When will we reach the point in America where we stop perceiving everyone who steps beyond the bounds of manmade law as bad people? Today, our federal government still treats marijuana as a Schedule One drug. An actual War on Drugs was declared. And despite many states decriminalizing pot, there are still many Americans perceiving pot peddlers and consumers are bad people. This guy at the convention appeared to be one of such.
But let’s not allow the term “criminal” to define us as bad people. Rosa Parks once stepped beyond the laws by sitting at the front of the bus. Martin Luther King Jr. on many occasions stepped beyond the laws of the land in his fight for freedom and equality. Harriet Tubman broke myriad laws as she crossed the Mason Dixie to help free slaves at night. Did that make them criminals? Sadly, by the judging eyes of manmade law, it did. Did that make them bad people? Of course not. Sometimes the laws are bad, and breaking them doesn’t necessarily make one a bad person or detriment to society. Law does not define character. The courage to disregard them for the sake of freedom and humanity does.

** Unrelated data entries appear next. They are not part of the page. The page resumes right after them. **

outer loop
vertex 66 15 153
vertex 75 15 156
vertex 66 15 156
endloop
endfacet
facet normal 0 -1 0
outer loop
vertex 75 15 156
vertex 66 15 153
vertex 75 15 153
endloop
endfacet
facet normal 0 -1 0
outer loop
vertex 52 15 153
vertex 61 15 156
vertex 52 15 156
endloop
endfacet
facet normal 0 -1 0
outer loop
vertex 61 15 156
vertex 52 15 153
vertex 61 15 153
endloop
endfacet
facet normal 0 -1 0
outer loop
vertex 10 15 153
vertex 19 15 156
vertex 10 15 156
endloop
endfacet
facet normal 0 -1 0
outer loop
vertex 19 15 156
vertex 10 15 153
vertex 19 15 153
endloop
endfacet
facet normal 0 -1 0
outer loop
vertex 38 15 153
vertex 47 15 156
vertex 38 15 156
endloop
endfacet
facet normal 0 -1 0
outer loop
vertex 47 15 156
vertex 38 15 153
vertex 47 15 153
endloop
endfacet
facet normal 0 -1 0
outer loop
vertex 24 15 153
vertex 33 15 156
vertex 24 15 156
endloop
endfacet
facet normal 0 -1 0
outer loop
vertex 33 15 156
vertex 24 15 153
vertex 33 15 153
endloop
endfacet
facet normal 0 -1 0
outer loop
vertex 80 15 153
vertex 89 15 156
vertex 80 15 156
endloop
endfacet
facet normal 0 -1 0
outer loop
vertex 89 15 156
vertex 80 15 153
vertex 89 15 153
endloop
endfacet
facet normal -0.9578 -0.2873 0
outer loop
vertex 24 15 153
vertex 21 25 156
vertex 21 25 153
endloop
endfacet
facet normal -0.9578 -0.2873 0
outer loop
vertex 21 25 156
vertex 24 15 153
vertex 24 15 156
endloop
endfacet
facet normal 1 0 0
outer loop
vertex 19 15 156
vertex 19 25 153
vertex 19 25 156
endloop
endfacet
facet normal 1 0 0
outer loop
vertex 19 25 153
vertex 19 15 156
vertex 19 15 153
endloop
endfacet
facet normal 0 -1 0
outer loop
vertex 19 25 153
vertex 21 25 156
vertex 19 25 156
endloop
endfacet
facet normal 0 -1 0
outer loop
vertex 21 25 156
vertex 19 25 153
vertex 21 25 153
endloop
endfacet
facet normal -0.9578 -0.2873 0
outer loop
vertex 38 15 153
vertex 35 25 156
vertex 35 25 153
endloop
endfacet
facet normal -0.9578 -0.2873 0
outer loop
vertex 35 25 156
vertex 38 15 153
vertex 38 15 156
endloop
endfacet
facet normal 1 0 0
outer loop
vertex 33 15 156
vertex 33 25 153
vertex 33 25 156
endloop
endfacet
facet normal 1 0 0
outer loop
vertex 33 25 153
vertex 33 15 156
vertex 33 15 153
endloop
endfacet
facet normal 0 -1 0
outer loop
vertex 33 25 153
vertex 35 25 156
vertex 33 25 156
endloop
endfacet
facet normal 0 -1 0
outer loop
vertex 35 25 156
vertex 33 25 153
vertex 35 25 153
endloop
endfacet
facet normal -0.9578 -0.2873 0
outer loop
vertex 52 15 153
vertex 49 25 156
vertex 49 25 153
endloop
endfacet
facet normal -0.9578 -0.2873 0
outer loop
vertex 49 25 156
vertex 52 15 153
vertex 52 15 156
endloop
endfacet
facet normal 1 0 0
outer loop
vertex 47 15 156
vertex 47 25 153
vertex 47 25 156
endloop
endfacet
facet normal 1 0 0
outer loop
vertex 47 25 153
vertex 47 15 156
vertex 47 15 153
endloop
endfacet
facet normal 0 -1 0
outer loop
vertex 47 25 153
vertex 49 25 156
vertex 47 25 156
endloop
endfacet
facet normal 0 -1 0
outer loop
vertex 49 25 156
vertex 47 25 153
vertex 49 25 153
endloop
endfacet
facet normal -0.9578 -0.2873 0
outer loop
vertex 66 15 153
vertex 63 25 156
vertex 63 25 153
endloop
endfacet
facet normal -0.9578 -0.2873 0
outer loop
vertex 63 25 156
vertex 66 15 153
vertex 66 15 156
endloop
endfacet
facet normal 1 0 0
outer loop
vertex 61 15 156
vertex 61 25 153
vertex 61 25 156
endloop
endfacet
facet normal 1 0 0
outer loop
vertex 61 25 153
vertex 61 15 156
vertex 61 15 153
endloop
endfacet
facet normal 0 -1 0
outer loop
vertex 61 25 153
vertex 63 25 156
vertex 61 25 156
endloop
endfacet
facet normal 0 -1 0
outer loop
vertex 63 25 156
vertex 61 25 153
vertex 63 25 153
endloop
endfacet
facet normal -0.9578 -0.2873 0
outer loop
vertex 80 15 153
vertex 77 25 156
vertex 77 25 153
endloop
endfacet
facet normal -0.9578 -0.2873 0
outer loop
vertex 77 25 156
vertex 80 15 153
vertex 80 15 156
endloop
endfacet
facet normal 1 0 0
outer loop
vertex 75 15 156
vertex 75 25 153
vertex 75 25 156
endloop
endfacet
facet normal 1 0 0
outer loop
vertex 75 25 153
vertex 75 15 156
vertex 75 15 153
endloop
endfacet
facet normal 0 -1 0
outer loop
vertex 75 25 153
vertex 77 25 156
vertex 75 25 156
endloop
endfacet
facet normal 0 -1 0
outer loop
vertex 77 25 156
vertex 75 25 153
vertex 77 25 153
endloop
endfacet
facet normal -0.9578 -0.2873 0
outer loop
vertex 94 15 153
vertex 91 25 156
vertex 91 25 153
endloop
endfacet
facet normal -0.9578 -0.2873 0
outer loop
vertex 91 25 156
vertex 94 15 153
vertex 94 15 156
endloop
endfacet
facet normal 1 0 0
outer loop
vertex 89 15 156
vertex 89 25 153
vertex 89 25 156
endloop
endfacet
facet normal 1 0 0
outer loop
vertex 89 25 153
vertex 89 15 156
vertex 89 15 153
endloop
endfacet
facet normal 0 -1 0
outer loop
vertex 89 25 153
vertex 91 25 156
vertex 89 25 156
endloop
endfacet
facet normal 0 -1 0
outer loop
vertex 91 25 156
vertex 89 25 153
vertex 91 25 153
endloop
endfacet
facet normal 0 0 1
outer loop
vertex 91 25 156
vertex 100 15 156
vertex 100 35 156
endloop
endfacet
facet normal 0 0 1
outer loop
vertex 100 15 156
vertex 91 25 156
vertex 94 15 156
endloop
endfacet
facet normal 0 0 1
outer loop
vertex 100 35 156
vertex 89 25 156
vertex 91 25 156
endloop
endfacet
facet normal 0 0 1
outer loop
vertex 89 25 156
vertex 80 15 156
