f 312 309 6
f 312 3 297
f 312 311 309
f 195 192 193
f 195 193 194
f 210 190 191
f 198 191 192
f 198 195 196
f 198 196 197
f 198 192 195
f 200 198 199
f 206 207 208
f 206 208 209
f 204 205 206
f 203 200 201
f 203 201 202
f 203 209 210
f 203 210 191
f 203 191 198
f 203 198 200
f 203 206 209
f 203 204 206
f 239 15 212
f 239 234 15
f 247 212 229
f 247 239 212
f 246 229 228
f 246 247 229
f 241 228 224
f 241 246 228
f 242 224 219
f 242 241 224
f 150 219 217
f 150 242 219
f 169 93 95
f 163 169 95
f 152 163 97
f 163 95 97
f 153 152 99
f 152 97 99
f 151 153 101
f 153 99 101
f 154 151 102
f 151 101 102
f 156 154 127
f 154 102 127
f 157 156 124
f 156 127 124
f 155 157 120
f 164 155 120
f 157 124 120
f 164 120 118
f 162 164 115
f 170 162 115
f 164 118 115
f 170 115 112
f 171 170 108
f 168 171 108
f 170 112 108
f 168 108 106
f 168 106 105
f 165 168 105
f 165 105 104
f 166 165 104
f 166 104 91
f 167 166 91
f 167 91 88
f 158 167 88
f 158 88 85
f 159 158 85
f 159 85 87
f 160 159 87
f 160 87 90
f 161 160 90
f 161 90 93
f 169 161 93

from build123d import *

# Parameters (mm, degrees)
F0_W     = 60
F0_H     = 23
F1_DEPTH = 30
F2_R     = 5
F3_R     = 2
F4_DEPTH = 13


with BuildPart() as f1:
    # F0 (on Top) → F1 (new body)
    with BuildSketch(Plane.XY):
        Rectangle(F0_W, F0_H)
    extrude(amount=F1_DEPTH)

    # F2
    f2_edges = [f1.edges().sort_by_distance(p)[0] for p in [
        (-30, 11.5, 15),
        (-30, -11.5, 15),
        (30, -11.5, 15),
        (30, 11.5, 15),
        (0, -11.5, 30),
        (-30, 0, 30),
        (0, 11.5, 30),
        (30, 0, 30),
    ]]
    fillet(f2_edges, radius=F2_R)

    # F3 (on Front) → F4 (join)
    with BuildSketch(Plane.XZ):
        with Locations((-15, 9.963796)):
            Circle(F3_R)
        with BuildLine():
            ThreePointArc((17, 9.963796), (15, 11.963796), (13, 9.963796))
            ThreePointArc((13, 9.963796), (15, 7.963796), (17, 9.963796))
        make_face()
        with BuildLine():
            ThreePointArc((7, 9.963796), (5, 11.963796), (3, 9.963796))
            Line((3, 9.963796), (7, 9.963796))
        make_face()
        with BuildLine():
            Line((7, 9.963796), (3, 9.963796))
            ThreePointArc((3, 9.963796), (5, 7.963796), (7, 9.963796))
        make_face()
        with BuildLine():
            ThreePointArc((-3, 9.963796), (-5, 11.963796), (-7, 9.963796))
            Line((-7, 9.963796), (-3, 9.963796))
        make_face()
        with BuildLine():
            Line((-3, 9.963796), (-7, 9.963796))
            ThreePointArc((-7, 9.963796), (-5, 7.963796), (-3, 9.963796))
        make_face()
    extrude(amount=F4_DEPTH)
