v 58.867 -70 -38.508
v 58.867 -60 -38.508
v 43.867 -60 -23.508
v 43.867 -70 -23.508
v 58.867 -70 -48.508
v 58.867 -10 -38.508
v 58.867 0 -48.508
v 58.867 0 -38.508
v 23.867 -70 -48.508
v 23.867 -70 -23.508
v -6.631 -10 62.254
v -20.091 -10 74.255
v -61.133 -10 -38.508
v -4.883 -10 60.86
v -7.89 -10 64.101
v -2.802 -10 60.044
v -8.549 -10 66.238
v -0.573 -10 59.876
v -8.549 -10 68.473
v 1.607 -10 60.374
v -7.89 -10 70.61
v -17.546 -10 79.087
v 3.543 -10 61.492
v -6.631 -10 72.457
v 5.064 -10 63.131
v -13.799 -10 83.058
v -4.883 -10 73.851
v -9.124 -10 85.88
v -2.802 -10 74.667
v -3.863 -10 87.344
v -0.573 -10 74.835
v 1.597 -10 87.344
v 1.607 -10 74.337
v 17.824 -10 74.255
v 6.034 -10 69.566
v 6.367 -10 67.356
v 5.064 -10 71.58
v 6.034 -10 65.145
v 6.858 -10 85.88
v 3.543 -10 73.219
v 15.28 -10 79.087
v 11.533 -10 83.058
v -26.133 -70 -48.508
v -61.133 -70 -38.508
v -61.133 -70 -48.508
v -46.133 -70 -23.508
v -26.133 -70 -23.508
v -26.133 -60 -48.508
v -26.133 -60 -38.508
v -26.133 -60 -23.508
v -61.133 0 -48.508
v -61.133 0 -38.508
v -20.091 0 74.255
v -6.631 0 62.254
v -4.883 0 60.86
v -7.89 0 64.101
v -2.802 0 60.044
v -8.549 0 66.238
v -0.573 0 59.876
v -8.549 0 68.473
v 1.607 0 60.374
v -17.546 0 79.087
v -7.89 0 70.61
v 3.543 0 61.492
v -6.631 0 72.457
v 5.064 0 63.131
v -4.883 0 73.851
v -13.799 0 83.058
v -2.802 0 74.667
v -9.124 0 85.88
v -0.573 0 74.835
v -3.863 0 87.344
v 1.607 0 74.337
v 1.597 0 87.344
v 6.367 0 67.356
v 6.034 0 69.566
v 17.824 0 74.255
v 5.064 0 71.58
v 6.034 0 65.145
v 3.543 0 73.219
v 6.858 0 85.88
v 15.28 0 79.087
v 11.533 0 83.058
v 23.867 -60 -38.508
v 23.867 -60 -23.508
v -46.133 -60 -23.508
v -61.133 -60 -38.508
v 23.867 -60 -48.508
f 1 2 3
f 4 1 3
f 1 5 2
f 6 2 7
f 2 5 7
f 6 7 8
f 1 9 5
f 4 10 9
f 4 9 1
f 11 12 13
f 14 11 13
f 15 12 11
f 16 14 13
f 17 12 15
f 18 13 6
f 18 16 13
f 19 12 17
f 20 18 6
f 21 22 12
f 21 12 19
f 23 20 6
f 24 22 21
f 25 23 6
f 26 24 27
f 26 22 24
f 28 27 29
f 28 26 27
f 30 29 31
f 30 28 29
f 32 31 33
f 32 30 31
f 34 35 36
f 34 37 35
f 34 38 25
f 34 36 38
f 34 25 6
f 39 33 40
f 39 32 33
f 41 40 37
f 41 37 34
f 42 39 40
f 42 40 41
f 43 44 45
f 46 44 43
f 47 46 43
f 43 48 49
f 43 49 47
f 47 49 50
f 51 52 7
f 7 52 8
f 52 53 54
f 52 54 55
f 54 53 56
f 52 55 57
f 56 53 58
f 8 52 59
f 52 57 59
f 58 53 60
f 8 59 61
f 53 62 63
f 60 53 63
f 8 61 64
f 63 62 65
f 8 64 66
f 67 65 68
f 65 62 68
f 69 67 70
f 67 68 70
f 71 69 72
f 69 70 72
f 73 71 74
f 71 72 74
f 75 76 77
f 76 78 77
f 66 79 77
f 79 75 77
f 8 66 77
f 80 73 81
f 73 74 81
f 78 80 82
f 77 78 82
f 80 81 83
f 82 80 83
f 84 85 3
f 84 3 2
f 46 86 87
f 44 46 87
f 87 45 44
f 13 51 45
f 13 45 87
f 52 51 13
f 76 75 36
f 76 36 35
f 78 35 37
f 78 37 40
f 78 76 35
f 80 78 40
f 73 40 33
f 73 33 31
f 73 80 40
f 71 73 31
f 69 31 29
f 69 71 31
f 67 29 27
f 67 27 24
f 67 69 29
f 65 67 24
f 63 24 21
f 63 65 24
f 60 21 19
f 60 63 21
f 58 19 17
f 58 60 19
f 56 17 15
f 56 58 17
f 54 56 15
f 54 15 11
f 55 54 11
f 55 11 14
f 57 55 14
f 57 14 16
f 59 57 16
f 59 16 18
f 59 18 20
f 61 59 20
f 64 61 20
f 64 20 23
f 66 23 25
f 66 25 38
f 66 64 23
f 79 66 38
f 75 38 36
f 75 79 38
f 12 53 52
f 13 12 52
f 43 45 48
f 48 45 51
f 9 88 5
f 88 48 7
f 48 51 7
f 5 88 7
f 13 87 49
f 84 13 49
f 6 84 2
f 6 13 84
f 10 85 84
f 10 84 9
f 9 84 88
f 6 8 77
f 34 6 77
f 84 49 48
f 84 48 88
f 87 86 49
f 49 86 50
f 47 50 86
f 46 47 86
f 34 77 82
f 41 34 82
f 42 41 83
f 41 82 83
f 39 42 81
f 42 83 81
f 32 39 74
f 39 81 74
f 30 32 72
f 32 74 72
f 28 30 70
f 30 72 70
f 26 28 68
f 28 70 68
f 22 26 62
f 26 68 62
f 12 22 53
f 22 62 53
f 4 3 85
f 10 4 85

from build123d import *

# Parameters (mm, degrees)
F0_R     = 7.5
F0_W     = 120
F0_H     = 10
F1_DEPTH = 10
F2_W     = 120
F2_H     = 10
F3_DEPTH = 50
F4_W     = 35
F4_H     = 10
F5_DEPTH = 10


with BuildPart() as f1:
    # F0 (on Front) → F1 (new body)
    with BuildSketch(Plane.XZ):
        with BuildLine():
            Line((-20.090676, 74.255499), (-61.133094, -38.507616))
            Line((-61.133094, -38.507616), (58.866906, -38.507616))
            Line((58.866906, -38.507616), (17.824489, 74.255499))
            ThreePointArc((17.824489, 74.255499), (-1.133094, 87.529741), (-20.090676, 74.255499))
        make_face()
        with Locations((-1.133094, 67.355503)):
            Circle(F0_R, mode=Mode.SUBTRACT)
        with Locations((-1.133094, -43.507616)):
            Rectangle(F0_W, F0_H)
    extrude(amount=F1_DEPTH)

    # F2 (on face) → F3 (join)
    with BuildSketch(Plane.XZ.offset(10)):
        with Locations((-1.133094, -43.507616)):
            Rectangle(F2_W, F2_H)
    extrude(amount=F3_DEPTH)

    # F4 (on face) → F5 (join)
    with BuildSketch(Plane.XZ.offset(60)):
        Polygon((23.866906, -23.507616), (23.866906, -38.507616), (58.866906, -38.507616), (43.866906, -23.507616), align=None)
        with Locations((-43.633094, -43.507616)):
            Rectangle(F4_W, F4_H)
        with Locations((41.366906, -43.507616)):
            Rectangle(F4_W, F4_H)
        Polygon((-46.133094, -23.507616), (-61.133094, -38.507616), (-26.133094, -38.507616), (-26.133094, -23.507616), align=None)
    extrude(amount=F5_DEPTH)


solid = f1.part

Now, here we are today in a country that still criminalizes marijuana. I was sentenced to 420 months in prison followed by eight years of probation for attempting to possess it. Many are still behind bars because of this leaf. People in inner cities are still being arrested for it, facing lifelong consequences that impact their livelihood and potential. Criminals indeed, according to the law. And perhaps you too will be called a criminal for purchasing this substance that is legal in your state, but illegal under federal law. I can assure you, though, that this will not define your character. However, if you give in to these negative perceptions or are apathetic to the negative impacts of this War on Drugs, history will judge your character.
So, for this month of awareness in the war against cannabis, as you purchase, consume and exchange your cannabis, remember those of us who were negatively impacted by its criminalization. Join forces with us “bad people” by being openminded and spreading the word that our character—and yours, too—is not determined by our involvement with cannabis. Better, perhaps we are rebels with the cause to decriminalize the growth, possession, distribution and consumption of marijuana.